On Wed, Sep 4, 2024 at 10:21 PM lisoda <lis...@yeah.net> wrote:
>
> hello Okumin.
> After porting the patch HIVE-28428, I observed that the slow query problem 
> disappeared.Currently the query efficiency for orc+zstd table is basically 
> the same as orc+snappy.
> Therefore I strongly recommend addingHIVE-28428to version 4.0.1.
>
> Regards,
>
> lisoda
>
>
>
>
>
>
> At 2024-09-02 23:28:25, "Okumin" <m...@okumin.com> wrote:
> >Hi Clinton,
> >
> >Thanks for sharing your problem. If you provide more information, such
> >as a dataset or queries, we can reproduce it and file the problem.
> >
> >Hi Lisoda,
> >
> >Thanks for giving us real examples. Interesting. Can I understand the
> >first problem that happens when there is a big data file in an Iceberg
> >table? I could not reproduce it[1], and I am curious about the
> >detailed conditions. As for the map-side aggregation, we also found
> >and resolved a similar problem[2]. It could be good to check. The
> >other issues are also interesting.

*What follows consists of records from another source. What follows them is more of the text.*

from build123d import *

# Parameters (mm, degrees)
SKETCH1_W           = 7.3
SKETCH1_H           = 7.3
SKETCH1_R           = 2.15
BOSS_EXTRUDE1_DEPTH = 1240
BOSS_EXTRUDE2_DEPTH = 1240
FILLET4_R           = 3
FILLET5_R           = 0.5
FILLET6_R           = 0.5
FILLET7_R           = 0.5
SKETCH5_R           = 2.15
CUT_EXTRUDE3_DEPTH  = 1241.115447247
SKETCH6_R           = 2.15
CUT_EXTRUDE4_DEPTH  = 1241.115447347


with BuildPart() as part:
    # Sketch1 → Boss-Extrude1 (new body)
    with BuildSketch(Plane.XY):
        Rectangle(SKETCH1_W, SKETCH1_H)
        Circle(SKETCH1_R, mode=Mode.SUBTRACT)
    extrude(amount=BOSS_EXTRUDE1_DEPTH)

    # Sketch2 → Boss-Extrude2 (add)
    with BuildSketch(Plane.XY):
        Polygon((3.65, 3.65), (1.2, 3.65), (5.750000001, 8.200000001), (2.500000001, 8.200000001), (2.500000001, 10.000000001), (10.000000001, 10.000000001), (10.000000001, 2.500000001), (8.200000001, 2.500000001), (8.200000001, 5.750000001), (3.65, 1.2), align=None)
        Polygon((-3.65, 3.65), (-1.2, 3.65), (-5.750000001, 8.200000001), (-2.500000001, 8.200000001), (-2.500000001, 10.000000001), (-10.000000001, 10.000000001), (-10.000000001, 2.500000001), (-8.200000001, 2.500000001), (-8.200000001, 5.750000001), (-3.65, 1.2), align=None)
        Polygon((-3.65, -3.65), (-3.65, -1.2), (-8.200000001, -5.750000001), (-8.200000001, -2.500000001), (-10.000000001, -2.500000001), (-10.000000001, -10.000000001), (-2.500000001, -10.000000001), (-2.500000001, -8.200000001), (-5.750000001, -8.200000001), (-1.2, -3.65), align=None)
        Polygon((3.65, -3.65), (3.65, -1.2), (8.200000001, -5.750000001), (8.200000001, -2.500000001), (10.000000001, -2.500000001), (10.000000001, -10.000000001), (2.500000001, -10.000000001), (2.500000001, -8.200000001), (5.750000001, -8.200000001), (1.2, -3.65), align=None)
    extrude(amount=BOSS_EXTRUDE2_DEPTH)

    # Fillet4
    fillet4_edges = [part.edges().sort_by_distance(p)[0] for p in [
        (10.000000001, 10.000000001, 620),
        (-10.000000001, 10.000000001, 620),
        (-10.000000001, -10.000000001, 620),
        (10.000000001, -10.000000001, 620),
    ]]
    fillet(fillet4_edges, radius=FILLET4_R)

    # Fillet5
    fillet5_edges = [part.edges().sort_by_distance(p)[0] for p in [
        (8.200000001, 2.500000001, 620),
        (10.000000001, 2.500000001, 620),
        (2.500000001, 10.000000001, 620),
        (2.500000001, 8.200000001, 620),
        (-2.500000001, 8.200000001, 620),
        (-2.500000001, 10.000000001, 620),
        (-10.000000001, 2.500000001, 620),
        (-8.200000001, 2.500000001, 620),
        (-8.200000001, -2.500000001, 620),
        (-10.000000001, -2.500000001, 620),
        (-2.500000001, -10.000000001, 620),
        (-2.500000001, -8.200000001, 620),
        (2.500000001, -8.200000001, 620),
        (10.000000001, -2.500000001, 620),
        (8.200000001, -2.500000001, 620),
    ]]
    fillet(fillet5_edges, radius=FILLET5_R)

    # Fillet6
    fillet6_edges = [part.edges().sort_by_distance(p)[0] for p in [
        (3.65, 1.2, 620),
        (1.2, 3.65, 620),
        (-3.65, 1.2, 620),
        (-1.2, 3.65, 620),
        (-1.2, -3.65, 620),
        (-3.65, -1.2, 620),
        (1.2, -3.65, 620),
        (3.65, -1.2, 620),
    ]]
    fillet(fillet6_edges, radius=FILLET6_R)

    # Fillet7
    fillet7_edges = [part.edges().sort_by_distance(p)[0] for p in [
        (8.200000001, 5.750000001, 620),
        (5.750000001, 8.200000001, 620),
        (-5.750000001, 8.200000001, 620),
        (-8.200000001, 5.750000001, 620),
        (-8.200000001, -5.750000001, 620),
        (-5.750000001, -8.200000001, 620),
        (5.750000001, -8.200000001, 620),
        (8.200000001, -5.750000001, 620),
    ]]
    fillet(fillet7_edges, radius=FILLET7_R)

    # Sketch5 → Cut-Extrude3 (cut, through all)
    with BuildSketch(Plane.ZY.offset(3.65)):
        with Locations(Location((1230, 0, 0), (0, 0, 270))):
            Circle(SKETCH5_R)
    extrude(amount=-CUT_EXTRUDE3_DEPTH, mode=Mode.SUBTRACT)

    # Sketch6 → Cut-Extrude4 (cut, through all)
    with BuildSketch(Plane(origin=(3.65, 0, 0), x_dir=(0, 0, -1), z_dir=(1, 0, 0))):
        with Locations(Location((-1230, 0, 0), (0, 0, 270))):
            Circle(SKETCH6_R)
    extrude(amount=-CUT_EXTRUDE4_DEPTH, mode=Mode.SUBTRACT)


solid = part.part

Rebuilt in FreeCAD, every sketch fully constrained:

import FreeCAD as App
import Part
import Sketcher

V = App.Vector


def edges_at(feature, points):
    """Names of the edges that pass closest to the given points."""
    edges = feature.Shape.Edges
    near = lambda p: min(range(len(edges)), key=lambda i: edges[i].distToShape(Part.Vertex(*p))[0])
    return sorted({f"Edge{near(p) + 1}" for p in points})

doc = App.newDocument("Part")
body = doc.addObject("PartDesign::Body", "Body")

# Sketch on XY plane
sketch1 = body.newObject("Sketcher::SketchObject", "Sketch")
sketch1.AttachmentSupport = (doc.getObject("XY_Plane"), [""])
sketch1.MapMode = "FlatFace"
sketch1.addGeometry([
    Part.LineSegment(V(-3.6, 3.6, 0), V(-3.6, -3.6, 0)),  # 0
    Part.LineSegment(V(-3.6, -3.6, 0), V(3.6, -3.6, 0)),  # 1
    Part.LineSegment(V(3.6, -3.6, 0), V(3.6, 3.6, 0)),  # 2
    Part.LineSegment(V(3.6, 3.6, 0), V(-3.6, 3.6, 0)),  # 3
    Part.Circle(V(0, 0, 0), V(0, 0, 1), 2.1),  # 4
], False)
sketch1.addConstraint([
    Sketcher.Constraint("Coincident", 0, 2, 1, 1),
    Sketcher.Constraint("Coincident", 1, 2, 2, 1),
    Sketcher.Constraint("Coincident", 2, 2, 3, 1),
    Sketcher.Constraint("Coincident", 3, 2, 0, 1),
    Sketcher.Constraint("Vertical", 0),
    Sketcher.Constraint("Horizontal", 1),
    Sketcher.Constraint("Vertical", 2),
    Sketcher.Constraint("Horizontal", 3),
    Sketcher.Constraint("Coincident", 4, 3, -1, 1),
    Sketcher.Constraint("Symmetric", 0, 2, 2, 2, -1, 1),
    Sketcher.Constraint("Equal", 3, 0),
    Sketcher.Constraint("Diameter", 4, 4.3),
    Sketcher.Constraint("DistanceX", 1, 1, 1, 2, 7.3),
])
pad1 = body.newObject("PartDesign::Pad", "Pad")
pad1.Profile = sketch1
pad1.Length = 1240

# Sketch on XY plane
sketch2 = body.newObject("Sketcher::SketchObject", "Sketch001")
sketch2.AttachmentSupport = (doc.getObject("XY_Plane"), [""])
sketch2.MapMode = "FlatFace"
sketch2.addGeometry([
    Part.LineSegment(V(1.2, 3.6, 0), V(3.6, 3.6, 0)),  # 0
    Part.LineSegment(V(3.6, 3.6, 0), V(3.6, 1.2, 0)),  # 1
    Part.LineSegment(V(3.6, 1.2, 0), V(8.2, 5.8, 0)),  # 2
    Part.LineSegment(V(8.2, 5.8, 0), V(8.2, 2.5, 0)),  # 3
    Part.LineSegment(V(8.2, 2.5, 0), V(10, 2.5, 0)),  # 4
    Part.LineSegment(V(10, 2.5, 0), V(10, 10, 0)),  # 5
    Part.LineSegment(V(10, 10, 0), V(2.5, 10, 0)),  # 6
    Part.LineSegment(V(2.5, 10, 0), V(2.5, 8.2, 0)),  # 7
    Part.LineSegment(V(2.5, 8.2, 0), V(5.8, 8.2, 0)),  # 8
    Part.LineSegment(V(5.8, 8.2, 0), V(1.2, 3.6, 0)),  # 9
    Part.LineSegment(V(-3.6, 3.6, 0), V(-1.2, 3.6, 0)),  # 10
    Part.LineSegment(V(-1.2, 3.6, 0), V(-5.8, 8.2, 0)),  # 11
    Part.LineSegment(V(-5.8, 8.2, 0), V(-2.5, 8.2, 0)),  # 12
    Part.LineSegment(V(-2.5, 8.2, 0), V(-2.5, 10, 0)),  # 13
    Part.LineSegment(V(-2.5, 10, 0), V(-10, 10, 0)),  # 14
    Part.LineSegment(V(-10, 10, 0), V(-10, 2.5, 0)),  # 15
    Part.LineSegment(V(-10, 2.5, 0), V(-8.2, 2.5, 0)),  # 16
    Part.LineSegment(V(-8.2, 2.5, 0), V(-8.2, 5.8, 0)),  # 17
    Part.LineSegment(V(-8.2, 5.8, 0), V(-3.6, 1.2, 0)),  # 18
    Part.LineSegment(V(-3.6, 1.2, 0), V(-3.6, 3.6, 0)),  # 19
    Part.LineSegment(V(-3.6, -3.6, 0), V(-3.6, -1.2, 0)),  # 20
    Part.LineSegment(V(-3.6, -1.2, 0), V(-8.2, -5.8, 0)),  # 21
    Part.LineSegment(V(-8.2, -5.8, 0), V(-8.2, -2.5, 0)),  # 22
    Part.LineSegment(V(-8.2, -2.5, 0), V(-10, -2.5, 0)),  # 23
    Part.LineSegment(V(-10, -2.5, 0), V(-10, -10, 0)),  # 24
    Part.LineSegment(V(-10, -10, 0), V(-2.5, -10, 0)),  # 25
    Part.LineSegment(V(-2.5, -10, 0), V(-2.5, -8.2, 0)),  # 26
    Part.LineSegment(V(-2.5, -8.2, 0), V(-5.8, -8.2, 0)),  # 27
    Part.LineSegment(V(-5.8, -8.2, 0), V(-1.2, -3.6, 0)),  # 28
    Part.LineSegment(V(-1.2, -3.6, 0), V(-3.6, -3.6, 0)),  # 29
    Part.LineSegment(V(3.6, -1.2, 0), V(3.6, -3.6, 0)),  # 30
    Part.LineSegment(V(3.6, -3.6, 0), V(1.2, -3.6, 0)),  # 31
    Part.LineSegment(V(1.2, -3.6, 0), V(5.8, -8.2, 0)),  # 32
    Part.LineSegment(V(5.8, -8.2, 0), V(2.5, -8.2, 0)),  # 33
    Part.LineSegment(V(2.5, -8.2, 0), V(2.5, -10, 0)),  # 34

I'd file tickets if I had evidence.
> >
> >- [1] https://gist.github.com/okumin/4fccec45109fc9927a22f40c166fe7f9
> >- [2] https://issues.apache.org/jira/browse/HIVE-28428
> >
> >Regards,
> >Okumin
> >
> >On Mon, Sep 2, 2024 at 2:59 PM clinton chikwata <clintonfun...@gmail.com> 
> >wrote:
> >>
> >> Hello Lisoda,
> >>
> >> Thanks for this information.
> >>
> >>
> >> On Sun, Sep 1, 2024 at 4:04 PM lisoda <lis...@yeah.net> wrote:
> >>>
> >>> Hello Clinton:
> >>>
> >>> We have actually encountered the same issue where, in many cases, 
> >>> querying Iceberg does not meet expected efficiency, falling short of 
> >>> regular ORC/Parquet tables in speed. Since the current 
> >>> HiveIcebergInputSplit does not support splits based on file size, reading 
> >>> can be slow when individual data files in Iceberg are excessively large. 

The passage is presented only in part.